Yea at a good clip bc of lead wrap around the shank. Foam is just buoyant enough to ensure that it stays upright, even when falling or pulled through heavy grass.


----------



## E-money

E-money said:


> I’ll probably be submitting this one.
> View attachment 34698
> 
> View attachment 34696


By the way, I've only tied the one so far to post so if I get some feedback on the color or material I can make changes before getting into the rest.


----------



## eightwt

This will be mine. Getting started


----------



## dbrady784

Got some flies in and couldn’t ask for a better setup. So if everyone could send a paper with your address, name both Microskiff and real name, I would appreciate it.


----------



## dingoatemebaby

Tying Capt. Michael Bruner's "Ahh Juicy Fruit"...

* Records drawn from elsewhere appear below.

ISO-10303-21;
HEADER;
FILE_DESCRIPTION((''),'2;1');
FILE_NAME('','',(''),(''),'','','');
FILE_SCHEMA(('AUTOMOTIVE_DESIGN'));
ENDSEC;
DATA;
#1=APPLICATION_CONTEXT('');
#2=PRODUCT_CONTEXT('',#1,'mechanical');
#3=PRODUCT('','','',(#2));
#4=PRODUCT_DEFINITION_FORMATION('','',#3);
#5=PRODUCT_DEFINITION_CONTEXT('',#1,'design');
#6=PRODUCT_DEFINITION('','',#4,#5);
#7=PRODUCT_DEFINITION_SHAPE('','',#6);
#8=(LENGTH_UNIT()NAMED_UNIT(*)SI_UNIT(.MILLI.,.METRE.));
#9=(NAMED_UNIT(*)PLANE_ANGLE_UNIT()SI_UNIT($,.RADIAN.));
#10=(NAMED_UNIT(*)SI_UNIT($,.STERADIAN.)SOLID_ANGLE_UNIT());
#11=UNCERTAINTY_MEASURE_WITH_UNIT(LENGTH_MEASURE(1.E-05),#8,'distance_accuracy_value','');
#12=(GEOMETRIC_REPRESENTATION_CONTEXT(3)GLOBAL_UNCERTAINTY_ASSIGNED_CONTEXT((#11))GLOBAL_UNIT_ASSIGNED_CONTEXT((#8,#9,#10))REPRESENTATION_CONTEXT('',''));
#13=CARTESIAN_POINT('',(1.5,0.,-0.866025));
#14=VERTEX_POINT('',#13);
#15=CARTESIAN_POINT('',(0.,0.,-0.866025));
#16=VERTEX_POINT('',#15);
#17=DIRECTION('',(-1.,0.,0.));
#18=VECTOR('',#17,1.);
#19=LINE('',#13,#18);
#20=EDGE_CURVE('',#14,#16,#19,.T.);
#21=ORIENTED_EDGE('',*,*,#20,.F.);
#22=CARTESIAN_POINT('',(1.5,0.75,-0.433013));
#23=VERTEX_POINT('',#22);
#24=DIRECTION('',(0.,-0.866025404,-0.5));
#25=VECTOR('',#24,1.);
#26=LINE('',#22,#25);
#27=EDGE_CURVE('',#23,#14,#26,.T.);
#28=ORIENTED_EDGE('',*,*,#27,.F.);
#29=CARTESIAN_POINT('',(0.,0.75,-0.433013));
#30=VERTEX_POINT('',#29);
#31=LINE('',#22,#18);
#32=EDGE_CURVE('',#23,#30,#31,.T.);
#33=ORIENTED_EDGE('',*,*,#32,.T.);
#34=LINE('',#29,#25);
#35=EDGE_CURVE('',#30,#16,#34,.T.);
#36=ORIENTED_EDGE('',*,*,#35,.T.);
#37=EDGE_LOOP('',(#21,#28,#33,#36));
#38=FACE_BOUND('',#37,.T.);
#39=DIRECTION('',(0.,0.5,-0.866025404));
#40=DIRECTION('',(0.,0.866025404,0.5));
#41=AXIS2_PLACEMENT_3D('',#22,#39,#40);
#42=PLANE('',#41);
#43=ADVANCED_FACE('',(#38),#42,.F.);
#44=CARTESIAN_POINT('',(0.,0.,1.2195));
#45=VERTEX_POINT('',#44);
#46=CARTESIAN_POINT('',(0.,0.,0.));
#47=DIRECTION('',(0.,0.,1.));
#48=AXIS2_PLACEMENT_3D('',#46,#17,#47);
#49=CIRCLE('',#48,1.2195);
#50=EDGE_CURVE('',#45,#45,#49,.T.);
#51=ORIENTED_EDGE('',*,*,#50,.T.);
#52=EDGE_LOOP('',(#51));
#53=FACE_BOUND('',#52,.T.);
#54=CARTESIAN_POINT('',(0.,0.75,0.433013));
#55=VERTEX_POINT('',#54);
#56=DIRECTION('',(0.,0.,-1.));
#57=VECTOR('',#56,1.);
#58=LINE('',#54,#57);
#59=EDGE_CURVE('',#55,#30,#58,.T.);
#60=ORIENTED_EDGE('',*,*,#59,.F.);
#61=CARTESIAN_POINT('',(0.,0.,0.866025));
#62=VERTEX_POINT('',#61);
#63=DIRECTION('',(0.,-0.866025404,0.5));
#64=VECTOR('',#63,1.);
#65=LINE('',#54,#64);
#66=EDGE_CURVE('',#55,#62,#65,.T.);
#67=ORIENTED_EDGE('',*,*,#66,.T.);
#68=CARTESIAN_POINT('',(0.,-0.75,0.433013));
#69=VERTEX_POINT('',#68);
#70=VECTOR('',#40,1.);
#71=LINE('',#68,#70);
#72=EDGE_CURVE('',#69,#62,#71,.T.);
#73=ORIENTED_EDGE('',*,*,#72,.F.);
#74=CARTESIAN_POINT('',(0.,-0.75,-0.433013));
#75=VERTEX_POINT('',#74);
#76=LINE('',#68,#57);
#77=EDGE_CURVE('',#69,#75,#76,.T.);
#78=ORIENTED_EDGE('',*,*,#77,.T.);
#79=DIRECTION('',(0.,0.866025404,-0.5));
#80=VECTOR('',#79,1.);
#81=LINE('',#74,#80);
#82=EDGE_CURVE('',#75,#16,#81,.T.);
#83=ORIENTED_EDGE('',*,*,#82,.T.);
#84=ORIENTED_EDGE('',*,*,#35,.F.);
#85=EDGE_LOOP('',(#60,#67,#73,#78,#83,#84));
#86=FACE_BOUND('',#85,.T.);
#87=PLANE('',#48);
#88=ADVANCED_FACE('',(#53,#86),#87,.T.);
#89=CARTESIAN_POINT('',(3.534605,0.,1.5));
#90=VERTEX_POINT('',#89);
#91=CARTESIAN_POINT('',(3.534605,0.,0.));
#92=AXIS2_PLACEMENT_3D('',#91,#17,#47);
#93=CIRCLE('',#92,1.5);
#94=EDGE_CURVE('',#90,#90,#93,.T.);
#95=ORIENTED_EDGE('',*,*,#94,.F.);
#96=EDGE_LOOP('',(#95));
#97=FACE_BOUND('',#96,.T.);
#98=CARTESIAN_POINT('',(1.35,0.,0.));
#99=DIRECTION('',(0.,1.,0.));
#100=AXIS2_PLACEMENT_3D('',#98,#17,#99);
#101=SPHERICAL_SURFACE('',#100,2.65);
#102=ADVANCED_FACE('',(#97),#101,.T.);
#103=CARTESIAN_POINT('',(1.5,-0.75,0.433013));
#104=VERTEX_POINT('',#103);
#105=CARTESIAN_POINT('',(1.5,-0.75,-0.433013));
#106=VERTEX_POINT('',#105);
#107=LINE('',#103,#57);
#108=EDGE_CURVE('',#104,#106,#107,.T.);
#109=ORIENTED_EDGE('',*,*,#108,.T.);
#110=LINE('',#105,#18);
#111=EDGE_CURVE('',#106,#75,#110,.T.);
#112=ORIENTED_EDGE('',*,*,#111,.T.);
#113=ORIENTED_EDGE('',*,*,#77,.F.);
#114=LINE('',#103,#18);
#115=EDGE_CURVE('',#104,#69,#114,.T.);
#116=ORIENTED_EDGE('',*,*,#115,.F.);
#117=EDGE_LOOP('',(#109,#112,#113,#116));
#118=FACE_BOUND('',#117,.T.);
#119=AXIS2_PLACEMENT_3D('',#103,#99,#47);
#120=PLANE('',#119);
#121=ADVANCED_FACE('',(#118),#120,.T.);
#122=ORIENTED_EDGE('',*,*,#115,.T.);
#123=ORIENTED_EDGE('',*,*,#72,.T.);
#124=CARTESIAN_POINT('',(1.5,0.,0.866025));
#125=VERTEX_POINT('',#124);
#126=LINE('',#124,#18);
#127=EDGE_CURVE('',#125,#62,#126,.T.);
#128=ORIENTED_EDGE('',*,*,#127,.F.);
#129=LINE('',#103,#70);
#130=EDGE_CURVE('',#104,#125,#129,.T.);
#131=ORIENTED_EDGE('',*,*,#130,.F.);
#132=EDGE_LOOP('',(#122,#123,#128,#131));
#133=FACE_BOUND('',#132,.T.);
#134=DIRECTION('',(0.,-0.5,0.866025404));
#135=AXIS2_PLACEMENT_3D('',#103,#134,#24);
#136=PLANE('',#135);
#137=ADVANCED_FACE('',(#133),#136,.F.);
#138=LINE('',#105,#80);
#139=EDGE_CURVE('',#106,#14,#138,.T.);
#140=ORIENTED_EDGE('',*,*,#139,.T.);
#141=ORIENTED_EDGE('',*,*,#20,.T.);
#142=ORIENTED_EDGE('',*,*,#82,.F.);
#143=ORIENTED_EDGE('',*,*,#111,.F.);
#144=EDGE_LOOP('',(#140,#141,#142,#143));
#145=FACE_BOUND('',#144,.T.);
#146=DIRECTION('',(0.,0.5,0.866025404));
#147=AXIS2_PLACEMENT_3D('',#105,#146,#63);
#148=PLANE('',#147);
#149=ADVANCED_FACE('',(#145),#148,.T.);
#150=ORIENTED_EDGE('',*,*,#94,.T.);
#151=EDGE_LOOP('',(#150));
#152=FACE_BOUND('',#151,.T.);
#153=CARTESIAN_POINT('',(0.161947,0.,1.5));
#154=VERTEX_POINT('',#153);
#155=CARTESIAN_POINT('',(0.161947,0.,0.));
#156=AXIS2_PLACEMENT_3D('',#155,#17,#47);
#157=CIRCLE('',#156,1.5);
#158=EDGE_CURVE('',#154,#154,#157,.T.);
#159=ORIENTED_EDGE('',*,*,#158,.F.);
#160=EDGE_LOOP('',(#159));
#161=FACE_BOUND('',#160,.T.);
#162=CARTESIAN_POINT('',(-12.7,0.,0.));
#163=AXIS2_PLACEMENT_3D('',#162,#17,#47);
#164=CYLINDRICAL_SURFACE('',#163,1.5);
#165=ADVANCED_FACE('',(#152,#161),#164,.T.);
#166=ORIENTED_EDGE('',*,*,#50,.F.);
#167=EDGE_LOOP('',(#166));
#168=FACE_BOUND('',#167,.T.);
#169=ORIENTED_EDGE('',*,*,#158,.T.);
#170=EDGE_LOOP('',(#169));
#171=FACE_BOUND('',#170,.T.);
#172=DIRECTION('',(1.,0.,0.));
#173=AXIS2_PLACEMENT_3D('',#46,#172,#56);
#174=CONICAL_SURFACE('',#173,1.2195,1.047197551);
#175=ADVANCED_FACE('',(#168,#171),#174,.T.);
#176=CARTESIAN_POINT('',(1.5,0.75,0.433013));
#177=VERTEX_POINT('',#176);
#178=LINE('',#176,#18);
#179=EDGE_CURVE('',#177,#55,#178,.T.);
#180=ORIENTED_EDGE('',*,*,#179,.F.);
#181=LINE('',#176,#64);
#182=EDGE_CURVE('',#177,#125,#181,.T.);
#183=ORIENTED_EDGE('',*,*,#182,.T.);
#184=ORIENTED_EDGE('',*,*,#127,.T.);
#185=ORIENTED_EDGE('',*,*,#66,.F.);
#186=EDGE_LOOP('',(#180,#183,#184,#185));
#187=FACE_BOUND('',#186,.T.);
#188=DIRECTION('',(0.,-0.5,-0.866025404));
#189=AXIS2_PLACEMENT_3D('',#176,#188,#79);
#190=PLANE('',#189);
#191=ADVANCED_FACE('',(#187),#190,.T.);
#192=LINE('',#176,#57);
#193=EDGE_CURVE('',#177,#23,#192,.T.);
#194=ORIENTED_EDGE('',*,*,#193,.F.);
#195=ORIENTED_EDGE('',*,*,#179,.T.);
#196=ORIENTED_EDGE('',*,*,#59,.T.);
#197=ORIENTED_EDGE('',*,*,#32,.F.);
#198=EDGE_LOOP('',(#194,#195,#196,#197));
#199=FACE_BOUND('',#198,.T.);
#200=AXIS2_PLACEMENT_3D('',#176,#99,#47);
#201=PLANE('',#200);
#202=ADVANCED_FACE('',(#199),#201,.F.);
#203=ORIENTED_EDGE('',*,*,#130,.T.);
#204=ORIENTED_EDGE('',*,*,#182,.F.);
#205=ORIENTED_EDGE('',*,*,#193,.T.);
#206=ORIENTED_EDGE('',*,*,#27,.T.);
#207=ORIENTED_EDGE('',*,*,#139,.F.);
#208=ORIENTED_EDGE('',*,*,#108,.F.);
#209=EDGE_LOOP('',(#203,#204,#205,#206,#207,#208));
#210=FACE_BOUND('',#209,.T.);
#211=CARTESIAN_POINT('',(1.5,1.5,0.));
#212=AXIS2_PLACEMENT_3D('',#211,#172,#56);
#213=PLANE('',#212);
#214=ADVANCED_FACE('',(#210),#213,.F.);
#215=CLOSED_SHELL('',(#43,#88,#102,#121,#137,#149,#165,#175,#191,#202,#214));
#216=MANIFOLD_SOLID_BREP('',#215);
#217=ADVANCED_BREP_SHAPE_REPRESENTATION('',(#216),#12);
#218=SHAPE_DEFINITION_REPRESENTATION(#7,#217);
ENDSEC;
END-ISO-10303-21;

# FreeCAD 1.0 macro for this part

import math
import FreeCAD as App
import Part
import Sketcher
Q = App.Units.Quantity


def add_polygon(sketch, points):
    """Adds a closed chain of lines whose ends are joined by coincident constraints."""
    first, n = sketch.GeometryCount, len(points)
    for a, b in zip(points, points[1:] + points[:1]):
        sketch.addGeometry(Part.LineSegment(App.Vector(*a, 0), App.Vector(*b, 0)), False)
    for i in range(n):
        sketch.addConstraint(Sketcher.Constraint("Coincident", first + i, 2, first + (i + 1) % n, 1))

doc = App.newDocument("Part")
body = doc.addObject("PartDesign::Body", "Body")

# Sketch on XY plane
sketch1 = body.newObject("Sketcher::SketchObject", "Sketch")
sketch1.AttachmentSupport = (doc.getObject("XY_Plane"), [""])
sketch1.MapMode = "FlatFace"
sketch1.addGeometry([
    Part.LineSegment(App.Vector(0, 1.22, 0), App.Vector(0, 0, 0)),  # 0
    Part.LineSegment(App.Vector(0, 0, 0), App.Vector(4, 0, 0)),  # 1
    Part.ArcOfCircle(Part.Circle(App.Vector(1.35, 0, 0), App.Vector(0, 0, 1), 2.65), math.radians(0), math.radians(34)),  # 2
    Part.LineSegment(App.Vector(3.53, 1.5, 0), App.Vector(0.16, 1.5, 0)),  # 3
    Part.LineSegment(App.Vector(0.16, 1.5, 0), App.Vector(0, 1.22, 0)),  # 4
], False)
sketch1.addConstraint([
    Sketcher.Constraint("Coincident", 0, 2, 1, 1),
    Sketcher.Constraint("Coincident", 1, 2, 2, 1),
    Sketcher.Constraint("Coincident", 2, 2, 3, 1),
    Sketcher.Constraint("Coincident", 3, 2, 4, 1),
    Sketcher.Constraint("Coincident", 4, 2, 0, 1),
    Sketcher.Constraint("Vertical", 0),
    Sketcher.Constraint("Horizontal", 1),
    Sketcher.Constraint("Horizontal", 3),
    Sketcher.Constraint("Coincident", 0, 2, -1, 1),
    Sketcher.Constraint("PointOnObject", 2, 3, -1),
    Sketcher.Constraint("DistanceX", 1, 1, 1, 2, Q("4 mm")),
    Sketcher.Constraint("Angle", 4, Q("-120 deg")),
    Sketcher.Constraint("Radius", 2, Q("2.65 mm")),
    Sketcher.Constraint("DistanceY", -1, 1, 2, 2, Q("1.5 mm")),
    Sketcher.Constraint("DistanceY", 0, 2, 0, 1, Q("1.2195 mm")),
])
revolution = body.newObject("PartDesign::Revolution", "Revolution")
revolution.Profile = sketch1
revolution.ReferenceAxis = (sketch1, ["H_Axis"])
revolution.Angle = 360

# Sketch on YZ plane
sketch2 = body.newObject("Sketcher::SketchObject", "Sketch001")
sketch2.AttachmentSupport = (doc.getObject("YZ_Plane"), [""])
sketch2.MapMode = "FlatFace"
add_polygon(sketch2, [(0.8, 0.4), (0.8, -0.4), (0, -0.9), (-0.8, -0.4), (-0.8, 0.4), (0, 0.9)])  # lines 0-5
sketch2.addConstraint([
    Sketcher.Constraint("Vertical", 0),
    Sketcher.Constraint("Vertical", 3),
    Sketcher.Constraint("Symmetric", 0, 2, 3, 2, -1, 1),
    Sketcher.Constraint("Symmetric", 1, 2, 4, 2, -1, 1),
    Sketcher.Constraint("PointOnObject", 1, 2, -2),
    Sketcher.Constraint("Parallel", 2, 5),
    Sketcher.Constraint("Horizontal", 0, 2, 2, 2),
    Sketcher.Constraint("Angle", 1, Q("-150 deg")),
    Sketcher.Constraint("DistanceX", 2, 2, 0, 2, Q("1.5 mm")),
    Sketcher.Constraint("DistanceY", 0, 2, 0, 1, Q("0.866025 mm")),
])
pocket1 = body.newObject("PartDesign::Pocket", "Pocket")
pocket1.Profile = sketch2
pocket1.Length = 1.5
pocket1.Reversed = True

doc.recompute()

https://media.giphy.com/media/yxMchifRZIGEo/giphy.gif


----------



## lsunoe

All done. Should be shipping them out tomorrow.


----------



## E-money

Last night I was able to take a break from house stuff and get a few cranked out. I’m up to 6 done so only 6 left to go.


----------



## lsunoe

E-money said:


> Last night I was able to take a break from house stuff and get a few cranked out. I’m up to 6 done so only 6 left to go.
> View attachment 35332
> 
> View attachment 35336
> 
> View attachment 35334


Looking good! I think there’s 14 people in swap fyi


----------



## E-money

lsunoe said:


> Looking good! I think there’s 14 people in swap fyi


Oh ok. Well then 8 more lol


----------



## Tx_Whipray

First 6 done. I’m leaving on a work trip tomorrow, then fishing this weekend, then another work trip next Monday. Won’t be able to finish until second half of next week.


----------



## dbrady784

As of now still 14 people, please let me know if anyone cannot finish. Pm me for shipping address


----------



## eightwt

6 done, few more today.


----------



## MatthewAbbott

Mine should hit the mailbox tomorrow.


----------



## Tx_Whipray

I was able to knock out a couple more tonight before I hit the road in the morning. I get home WEdnesday, so should be able to finish Thursday night and get them in the mail Friday.


----------



## mtoddsolomon

Honestly I haven't had time to start. I'm going to have to bow out of this one I'm afraid fellas. New job is kicking my ass.


----------



## E-money

dbrady784 said:


> As of now still 14 people, please let me know if anyone cannot finish. Pm me for shipping address


If you guys are looking for drops I could get out as well. Still moving into the new house and I doubt I make the deadline as I expected.


----------



## lsunoe

E-money said:


> If you guys are looking for drops I could get out as well. Still moving into the new house and I doubt I make the deadline as I expected.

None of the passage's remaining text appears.